Enjeux sécuritaires et économiques
Sur le plan sécuritaire, l’objectif immédiat est la protection des civils dans le Nord-Kivu. Les diplomates envisagent un corridor humanitaire supervisé par la Monusco et observé par une mission conjointe UA-CEEAC. Le Congo-Brazzaville pourrait y dépêcher des officiers de liaison pour renforcer la confiance.
Les enjeux économiques, eux, se mesurent en tonnes de coltan, de cuivre et de cobalt. Le partenariat conclu avec les États-Unis prévoit des standards transparents de traçabilité, condition exigée par les grandes firmes technologiques. Kinshasa espère ainsi doubler ses recettes minières d’ici trois ans.
Pour Brazzaville, l’ouverture d’un marché régional stabilisé est une opportunité. Les ports de Pointe-Noire et de Matadi pourraient devenir les principaux hubs d’exportation, créant des emplois et des recettes douanières. « La paix est toujours plus rentable que la guerre », confie un économiste local.
Prochaines étapes et attentes
Dans les jours à venir, les équipes techniques congolaises analyseront les annexes sécuritaires du texte de Washington. Il s’agira notamment de préciser la chronologie du désarmement, la cartographie des sites de cantonnement et le mécanisme de règlement rapide des incidents éventuels.
Un comité conjoint RDC-Rwanda-États-Unis devrait se réunir chaque trimestre. Brazzaville, sans être signataire, y aura statut d’observateur privilégié. Ce positionnement offre au Congo la possibilité de défendre ses intérêts stratégiques tout en consolidant son image de pôle de stabilité sous-régional.
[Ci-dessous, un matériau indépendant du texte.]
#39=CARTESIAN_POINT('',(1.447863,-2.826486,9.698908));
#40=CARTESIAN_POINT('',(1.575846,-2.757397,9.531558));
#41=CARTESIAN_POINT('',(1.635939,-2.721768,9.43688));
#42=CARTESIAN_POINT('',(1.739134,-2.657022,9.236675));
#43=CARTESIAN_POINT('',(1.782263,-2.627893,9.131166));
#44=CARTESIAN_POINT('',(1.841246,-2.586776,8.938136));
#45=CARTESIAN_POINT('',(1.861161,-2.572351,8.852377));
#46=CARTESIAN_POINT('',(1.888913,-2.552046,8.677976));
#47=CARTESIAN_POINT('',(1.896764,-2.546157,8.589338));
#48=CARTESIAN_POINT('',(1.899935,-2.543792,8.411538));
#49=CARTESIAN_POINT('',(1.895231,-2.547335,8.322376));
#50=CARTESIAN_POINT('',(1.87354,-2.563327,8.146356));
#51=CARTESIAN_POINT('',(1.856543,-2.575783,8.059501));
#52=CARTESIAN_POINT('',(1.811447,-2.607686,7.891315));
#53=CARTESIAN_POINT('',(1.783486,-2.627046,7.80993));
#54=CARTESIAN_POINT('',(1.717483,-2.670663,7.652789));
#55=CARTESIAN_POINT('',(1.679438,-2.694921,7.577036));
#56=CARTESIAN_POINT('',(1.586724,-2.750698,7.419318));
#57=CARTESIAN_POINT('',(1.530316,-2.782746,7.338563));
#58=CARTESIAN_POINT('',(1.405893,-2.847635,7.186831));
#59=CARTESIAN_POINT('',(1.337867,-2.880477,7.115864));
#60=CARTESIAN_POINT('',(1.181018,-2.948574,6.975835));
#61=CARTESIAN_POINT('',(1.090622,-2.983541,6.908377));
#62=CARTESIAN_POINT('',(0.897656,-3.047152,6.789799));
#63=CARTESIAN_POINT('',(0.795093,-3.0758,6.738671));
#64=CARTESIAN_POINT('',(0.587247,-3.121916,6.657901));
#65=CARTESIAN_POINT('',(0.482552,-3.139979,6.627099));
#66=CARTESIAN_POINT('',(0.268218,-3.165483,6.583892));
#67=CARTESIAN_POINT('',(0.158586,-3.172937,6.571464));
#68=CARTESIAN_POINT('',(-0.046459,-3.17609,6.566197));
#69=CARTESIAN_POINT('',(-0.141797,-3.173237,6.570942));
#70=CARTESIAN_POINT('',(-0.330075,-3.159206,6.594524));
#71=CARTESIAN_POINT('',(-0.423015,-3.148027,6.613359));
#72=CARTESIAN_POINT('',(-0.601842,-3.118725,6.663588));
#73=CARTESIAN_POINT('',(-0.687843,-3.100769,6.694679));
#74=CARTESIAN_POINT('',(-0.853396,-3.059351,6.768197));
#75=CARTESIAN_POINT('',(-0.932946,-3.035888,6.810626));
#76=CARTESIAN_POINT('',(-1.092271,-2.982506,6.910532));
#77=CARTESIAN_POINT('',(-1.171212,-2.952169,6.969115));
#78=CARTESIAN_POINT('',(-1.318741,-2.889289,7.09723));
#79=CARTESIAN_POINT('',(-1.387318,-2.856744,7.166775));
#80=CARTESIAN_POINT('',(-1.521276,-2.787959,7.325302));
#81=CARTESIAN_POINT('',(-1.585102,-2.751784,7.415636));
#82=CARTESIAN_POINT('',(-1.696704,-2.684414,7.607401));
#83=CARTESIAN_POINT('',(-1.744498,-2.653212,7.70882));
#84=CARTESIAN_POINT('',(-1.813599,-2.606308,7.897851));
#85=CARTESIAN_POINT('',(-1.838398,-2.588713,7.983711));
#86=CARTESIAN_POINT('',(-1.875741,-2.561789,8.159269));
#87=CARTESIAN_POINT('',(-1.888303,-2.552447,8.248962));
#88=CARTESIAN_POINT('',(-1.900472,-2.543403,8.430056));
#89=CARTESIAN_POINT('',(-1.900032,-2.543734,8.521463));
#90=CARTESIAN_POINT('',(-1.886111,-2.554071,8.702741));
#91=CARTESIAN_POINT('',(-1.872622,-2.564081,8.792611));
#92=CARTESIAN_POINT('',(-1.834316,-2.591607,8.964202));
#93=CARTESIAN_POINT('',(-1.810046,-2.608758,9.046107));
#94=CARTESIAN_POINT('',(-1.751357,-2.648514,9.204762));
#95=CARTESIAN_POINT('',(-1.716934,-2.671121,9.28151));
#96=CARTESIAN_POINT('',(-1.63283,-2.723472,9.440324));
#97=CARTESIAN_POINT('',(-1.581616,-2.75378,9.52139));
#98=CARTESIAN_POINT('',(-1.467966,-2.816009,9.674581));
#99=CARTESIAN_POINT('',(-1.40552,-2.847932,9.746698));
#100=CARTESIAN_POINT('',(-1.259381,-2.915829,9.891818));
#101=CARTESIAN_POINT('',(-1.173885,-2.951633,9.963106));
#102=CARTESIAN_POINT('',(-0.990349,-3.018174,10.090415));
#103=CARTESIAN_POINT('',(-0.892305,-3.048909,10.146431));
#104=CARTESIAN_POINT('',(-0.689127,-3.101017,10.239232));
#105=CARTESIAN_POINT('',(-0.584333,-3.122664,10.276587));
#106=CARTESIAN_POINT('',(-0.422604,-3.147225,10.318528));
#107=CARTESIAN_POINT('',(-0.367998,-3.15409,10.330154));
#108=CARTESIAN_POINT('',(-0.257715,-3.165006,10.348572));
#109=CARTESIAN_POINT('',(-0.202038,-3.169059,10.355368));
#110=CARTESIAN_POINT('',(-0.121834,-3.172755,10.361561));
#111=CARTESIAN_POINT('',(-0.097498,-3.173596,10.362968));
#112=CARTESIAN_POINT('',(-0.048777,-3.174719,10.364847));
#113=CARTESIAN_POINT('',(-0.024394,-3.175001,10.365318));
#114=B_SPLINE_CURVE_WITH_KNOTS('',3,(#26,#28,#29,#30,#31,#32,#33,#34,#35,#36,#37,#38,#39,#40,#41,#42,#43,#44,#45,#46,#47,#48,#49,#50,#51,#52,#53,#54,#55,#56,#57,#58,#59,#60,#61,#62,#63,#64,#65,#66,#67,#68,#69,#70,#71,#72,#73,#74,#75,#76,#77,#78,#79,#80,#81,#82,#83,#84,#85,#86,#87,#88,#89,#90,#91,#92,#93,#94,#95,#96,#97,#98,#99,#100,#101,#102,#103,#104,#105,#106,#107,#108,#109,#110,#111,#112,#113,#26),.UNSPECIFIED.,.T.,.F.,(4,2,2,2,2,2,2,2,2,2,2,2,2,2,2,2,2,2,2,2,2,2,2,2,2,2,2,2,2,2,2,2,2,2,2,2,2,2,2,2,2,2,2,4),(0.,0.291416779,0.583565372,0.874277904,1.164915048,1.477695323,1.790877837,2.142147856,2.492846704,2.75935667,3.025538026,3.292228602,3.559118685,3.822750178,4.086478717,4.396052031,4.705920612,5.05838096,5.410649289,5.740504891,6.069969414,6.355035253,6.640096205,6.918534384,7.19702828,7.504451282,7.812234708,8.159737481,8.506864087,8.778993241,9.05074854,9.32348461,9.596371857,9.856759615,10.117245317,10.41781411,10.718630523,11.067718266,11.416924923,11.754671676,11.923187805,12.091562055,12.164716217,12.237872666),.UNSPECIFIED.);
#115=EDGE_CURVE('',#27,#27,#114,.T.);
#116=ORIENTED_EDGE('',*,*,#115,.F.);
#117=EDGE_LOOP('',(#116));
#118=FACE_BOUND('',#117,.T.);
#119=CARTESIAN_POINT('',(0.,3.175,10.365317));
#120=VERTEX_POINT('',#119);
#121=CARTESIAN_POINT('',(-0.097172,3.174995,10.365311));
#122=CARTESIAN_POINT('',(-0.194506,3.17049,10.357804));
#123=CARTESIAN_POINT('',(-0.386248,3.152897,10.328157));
D’ici là, le président Denis Sassou N’Guesso poursuivra ses consultations téléphoniques avec ses homologues de la sous-région. Son entourage assure qu’il « reste disponible pour tout appui logistique ou politique ». Une main tendue appréciée à Kinshasa comme à Kigali, selon plusieurs sources proches des dossiers.
À l’issue de l’audience, aucun communiqué officiel n’a été diffusé, signe qu’un travail patient se poursuit loin des caméras. Mais le simple fait qu’Antoine Ngonda ait traversé le fleuve Congo souligne l’importance accordée par Félix Tshisekedi au rôle de médiation de Brazzaville.
Sur place, les habitants de la capitale congolaise saluent la démarche. « S’il y a la paix de l’autre côté, nos marchés respireront mieux », résume Martine, commerçante au Grand Marché. Entre l’espoir populaire et la prudence diplomatique, Brazzaville continue d’avancer sur un fil exigeant.
Le rendez-vous de ce samedi confirme la volonté de Denis Sassou N’Guesso de peser dans les dossiers régionaux. Si le calendrier fixera rapidement la solidité des accords, la diplomatie du Congo-Brazzaville s’installe déjà comme un maillon incontournable du dispositif voulu à Washington.
Les prochains mois diront si le « miracle » vanté par Donald Trump se matérialise sur le terrain. Brazzaville, en tout cas, s’est préparée à accompagner chacune des étapes, persuadée qu’une paix durable dans les Grands Lacs consolidera également la prospérité des deux rives du fleuve.